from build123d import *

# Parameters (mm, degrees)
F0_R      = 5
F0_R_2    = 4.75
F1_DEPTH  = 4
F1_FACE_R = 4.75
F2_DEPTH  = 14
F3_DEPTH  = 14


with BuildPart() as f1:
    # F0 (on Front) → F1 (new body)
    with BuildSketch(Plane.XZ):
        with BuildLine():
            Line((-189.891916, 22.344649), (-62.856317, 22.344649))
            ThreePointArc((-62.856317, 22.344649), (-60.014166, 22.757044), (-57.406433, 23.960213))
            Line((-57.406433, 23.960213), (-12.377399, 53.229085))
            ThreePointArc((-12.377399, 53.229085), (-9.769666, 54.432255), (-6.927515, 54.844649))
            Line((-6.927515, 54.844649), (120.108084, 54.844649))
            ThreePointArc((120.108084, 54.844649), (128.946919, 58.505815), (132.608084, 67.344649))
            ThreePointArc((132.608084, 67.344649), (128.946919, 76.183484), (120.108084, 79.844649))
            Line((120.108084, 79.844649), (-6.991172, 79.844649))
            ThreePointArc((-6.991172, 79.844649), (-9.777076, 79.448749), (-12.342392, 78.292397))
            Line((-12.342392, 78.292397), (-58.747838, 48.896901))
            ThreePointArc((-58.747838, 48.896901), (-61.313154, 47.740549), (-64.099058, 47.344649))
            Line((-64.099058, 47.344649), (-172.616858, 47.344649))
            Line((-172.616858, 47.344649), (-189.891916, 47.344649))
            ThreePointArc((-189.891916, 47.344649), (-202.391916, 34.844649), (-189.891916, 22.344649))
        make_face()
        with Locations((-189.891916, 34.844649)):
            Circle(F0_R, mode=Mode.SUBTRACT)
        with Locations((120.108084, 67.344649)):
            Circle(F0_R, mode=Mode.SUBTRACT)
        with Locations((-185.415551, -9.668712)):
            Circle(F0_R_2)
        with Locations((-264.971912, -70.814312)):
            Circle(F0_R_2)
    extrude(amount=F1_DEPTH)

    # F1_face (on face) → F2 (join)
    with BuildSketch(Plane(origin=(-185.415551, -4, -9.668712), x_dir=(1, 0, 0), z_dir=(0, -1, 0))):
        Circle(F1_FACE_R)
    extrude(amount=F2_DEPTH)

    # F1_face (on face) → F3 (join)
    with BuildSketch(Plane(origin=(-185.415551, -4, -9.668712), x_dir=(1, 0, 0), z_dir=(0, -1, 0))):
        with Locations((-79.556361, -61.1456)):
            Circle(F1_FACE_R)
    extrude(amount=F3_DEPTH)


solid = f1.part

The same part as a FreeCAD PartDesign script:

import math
import FreeCAD as App
import Part
import Sketcher
from FreeCAD import Vector
Q = App.Units.Quantity

doc = App.newDocument("Part")
body = doc.addObject("PartDesign::Body", "Body")
body.AllowCompound = True

sketch1 = doc.addObject("Sketcher::SketchObject", "Sketch")
body.addObject(sketch1)
sketch1.AttachmentSupport = (doc.XZ_Plane, [""])
sketch1.MapMode = "FlatFace"
sketch1.addGeometry(Part.LineSegment(Vector(-189.9, 22.3, 0), Vector(-62.9, 22.3, 0)), False)
sketch1.addGeometry(Part.ArcOfCircle(Part.Circle(Vector(-62.9, 32.3, 0), Vector(0, 0, 1), 10), math.radians(-90), math.radians(-57)), False)
sketch1.addGeometry(Part.LineSegment(Vector(-57.4, 24, 0), Vector(-12.4, 53.2, 0)), False)
sketch1.addGeometry(Part.ArcOfCircle(Part.Circle(Vector(-6.9, 44.8, 0), Vector(0, 0, 1), 10), math.radians(90), math.radians(123)), False)
sketch1.addGeometry(Part.LineSegment(Vector(-6.9, 54.8, 0), Vector(120.1, 54.8, 0)), False)
sketch1.addGeometry(Part.ArcOfCircle(Part.Circle(Vector(120.1, 67.3, 0), Vector(0, 0, 1), 12.5), math.radians(-90), math.radians(0)), False)
sketch1.addGeometry(Part.ArcOfCircle(Part.Circle(Vector(120.1, 67.3, 0), Vector(0, 0, 1), 12.5), math.radians(0), math.radians(90)), False)
sketch1.addGeometry(Part.LineSegment(Vector(120.1, 79.8, 0), Vector(-7, 79.8, 0)), False)
sketch1.addGeometry(Part.ArcOfCircle(Part.Circle(Vector(-7, 69.8, 0), Vector(0, 0, 1), 10), math.radians(90), math.radians(122)), False)
sketch1.addGeometry(Part.LineSegment(Vector(-12.3, 78.3, 0), Vector(-58.7, 48.9, 0)), False)
sketch1.addGeometry(Part.ArcOfCircle(Part.Circle(Vector(-64.1, 57.3, 0), Vector(0, 0, 1), 10), math.radians(-90), math.radians(-58)), False)
sketch1.addGeometry(Part.LineSegment(Vector(-64.1, 47.3, 0), Vector(-189.9, 47.3, 0)), False)
sketch1.addGeometry(Part.ArcOfCircle(Part.Circle(Vector(-189.9, 34.8, 0), Vector(0, 0, 1), 12.5), math.radians(90), math.radians(270)), False)
sketch1.addGeometry(Part.Circle(Vector(-189.9, 34.8, 0), Vector(0, 0, 1), 5), False)
sketch1.addGeometry(Part.Circle(Vector(120.1, 67.3, 0), Vector(0, 0, 1), 5), False)
sketch1.addGeometry(Part.Circle(Vector(-185.4, -9.7, 0), Vector(0, 0, 1), 4.8), False)
sketch1.addGeometry(Part.Circle(Vector(-265, -70.8, 0), Vector(0, 0, 1), 4.8), False)
sketch1.addConstraint(Sketcher.Constraint("Tangent", 0, 2, 1, 1))
sketch1.addConstraint(Sketcher.Constraint("Tangent", 1, 2, 2, 1))
sketch1.addConstraint(Sketcher.Constraint("Tangent", 2, 2, 3, 2))
sketch1.addConstraint(Sketcher.Constraint("Tangent", 3, 1, 4, 1))
sketch1.addConstraint(Sketcher.Constraint("Tangent", 4, 2, 5, 1))
sketch1.addConstraint(Sketcher.Constraint("Tangent", 5, 2, 6, 1))
sketch1.addConstraint(Sketcher.Constraint("Tangent", 6, 2, 7, 1))
sketch1.addConstraint(Sketcher.Constraint("Tangent", 7, 2, 8, 1))
sketch1.addConstraint(Sketcher.Constraint("Tangent", 8, 2, 9, 1))
sketch1.addConstraint(Sketcher.Constraint("Tangent", 9, 2, 10, 2))
sketch1.addConstraint(Sketcher.Constraint("Tangent", 10, 1, 11, 1))
sketch1.addConstraint(Sketcher.Constraint("Tangent", 11, 2, 12, 1))
sketch1.addConstraint(Sketcher.Constraint("Tangent", 12, 2, 0, 1))
sketch1.addConstraint(Sketcher.Constraint("Horizontal", 0))
sketch1.addConstraint(Sketcher.Constraint("Horizontal", 4))
sketch1.addConstraint(Sketcher.Constraint("Horizontal", 7))
sketch1.addConstraint(Sketcher.Constraint("Horizontal", 11))
sketch1.addConstraint(Sketcher.Constraint("Coincident", 13, 3, 12, 3))
sketch1.addConstraint(Sketcher.Constraint("Coincident", 14, 3, 5, 3))
sketch1.addConstraint(Sketcher.Constraint("Equal", 5, 6))
sketch1.addConstraint(Sketcher.Constraint("Equal", 8, 10))
sketch1.addConstraint(Sketcher.Constraint("Equal", 6, 12))
sketch1.addConstraint(Sketcher.Constraint("Equal", 13, 14))
sketch1.addConstraint(Sketcher.Constraint("Equal", 15, 16))
sketch1.addConstraint(Sketcher.Constraint("Horizontal", 14, 3, 5, 2))
sketch1.addConstraint(Sketcher.Constraint("Equal", 0, 4))
sketch1.addConstraint(Sketcher.Constraint("Diameter", 13, Q("10 mm")))
sketch1.addConstraint(Sketcher.Constraint("Diameter", 15, Q("9.5 mm")))
sketch1.addConstraint(Sketcher.Constraint("Radius", 5, Q("12.500001 mm")))
sketch1.addConstraint(Sketcher.Constraint("DistanceX", 12, 3, 5, 3, Q("309.999999 mm")))
sketch1.addConstraint(Sketcher.Constraint("DistanceY", 1, 3, 3, 3, Q("12.5 mm")))
sketch1.addConstraint(Sketcher.Constraint("DistanceY", 12, 3, 5, 3, Q("32.500001 mm")))
sketch1.addConstraint(Sketcher.Constraint("Radius", 1, Q("10.000011 mm")))
sketch1.addConstraint(Sketcher.Constraint("DistanceX", 0, 1, 0, 2, Q("127.035599 mm")))
sketch1.addConstraint(Sketcher.Constraint("Radius", 8, Q("10.000004 mm")))
sketch1.addConstraint(Sketcher.Constraint("DistanceX", 11, 2, 11, 1, Q("125.792858 mm")))
sketch1.addConstraint(Sketcher.Constraint("DistanceX", 2, 2, -1, 1, Q("12.377399 mm")))
sketch1.addConstraint(Sketcher.Constraint("DistanceY", -1, 1, 9, 2, Q("48.896901 mm")))
sketch1.addConstraint(Sketcher.Constraint("DistanceY", 16, 3, 15, 3, Q("61.1456 mm")))
sketch1.addConstraint(Sketcher.Constraint("DistanceX", 7, 2, 7, 1, Q("127.099256 mm")))
sketch1.addConstraint(Sketcher.Constraint("DistanceX", 15, 3, -1, 1, Q("185.415551 mm")))
sketch1.addConstraint(Sketcher.Constraint("DistanceY", 15, 3, -1, 1, Q("9.668712 mm")))
sketch1.addConstraint(Sketcher.Constraint("DistanceX", 16, 3, -1, 1, Q("264.971912 mm")))
pad1 = doc.addObject("PartDesign::Pad", "Pad")
body.addObject(pad1)
pad1.Profile = sketch1
pad1.Length = 4

sketch2 = doc.addObject("Sketcher::SketchObject", "Sketch001")
body.addObject(sketch2)
sketch2.AttachmentSupport = (doc.XZ_Plane, [""])
sketch2.MapMode = "FlatFace"
sketch2.AttachmentOffset = App.Placement(Vector(0, 0, 4), App.Rotation())
sketch2.addGeometry(Part.Circle(Vector(-185.4, -9.7, 0), Vector(0, 0, 1), 4.8), False)
sketch2.addConstraint(Sketcher.Constraint("Diameter", 0, Q("9.5 mm")))
sketch2.addConstraint(Sketcher.Constraint("DistanceX", 0, 3, -1, 1, Q("185.415551 mm")))
sketch2.addConstraint(Sketcher.Constraint("DistanceY", 0, 3, -1, 1, Q("9.668712 mm")))
pad2 = doc.addObject("PartDesign::Pad", "Pad001")
body.addObject(pad2)
pad2.Profile = sketch2
pad2.Length = 14

sketch3 = doc.addObject("Sketcher::SketchObject", "Sketch002")
body.addObject(sketch3)
sketch3.AttachmentSupport = (doc.XZ_Plane, [""])
sketch3.MapMode = "FlatFace"
sketch3.AttachmentOffset = App.Placement(Vector(0, 0, 4), App.Rotation())
sketch3.addGeometry(Part.Circle(Vector(-265, -70.8, 0), Vector(0, 0, 1), 4.8), False)
sketch3.addConstraint(Sketcher.Constraint("Diameter", 0, Q("9.5 mm")))
sketch3.addConstraint(Sketcher.Constraint("DistanceX", 0, 3, -1, 1, Q("264.971912 mm")))
sketch3.addConstraint(Sketcher.Constraint("DistanceY", 0, 3, -1, 1, Q("70.814312 mm")))
pad3 = doc.addObject("PartDesign::Pad", "Pad002")
body.addObject(pad3)
pad3.Profile = sketch3
pad3.Length = 14

doc.recompute()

What you are asked to do:
In the material above, locate the line containing "Line((120.108084, 79.844649), (-6.991172, 79.844649))" and the line containing "Line((-172.616858, 47.344649), (-189.891916, 47.344649))". Transcribe exactly those two lines and every line between them, and nothing more.

Expected output:
            Line((120.108084, 79.844649), (-6.991172, 79.844649))
            ThreePointArc((-6.991172, 79.844649), (-9.777076, 79.448749), (-12.342392, 78.292397))
            Line((-12.342392, 78.292397), (-58.747838, 48.896901))
            ThreePointArc((-58.747838, 48.896901), (-61.313154, 47.740549), (-64.099058, 47.344649))
            Line((-64.099058, 47.344649), (-172.616858, 47.344649))
            Line((-172.616858, 47.344649), (-189.891916, 47.344649))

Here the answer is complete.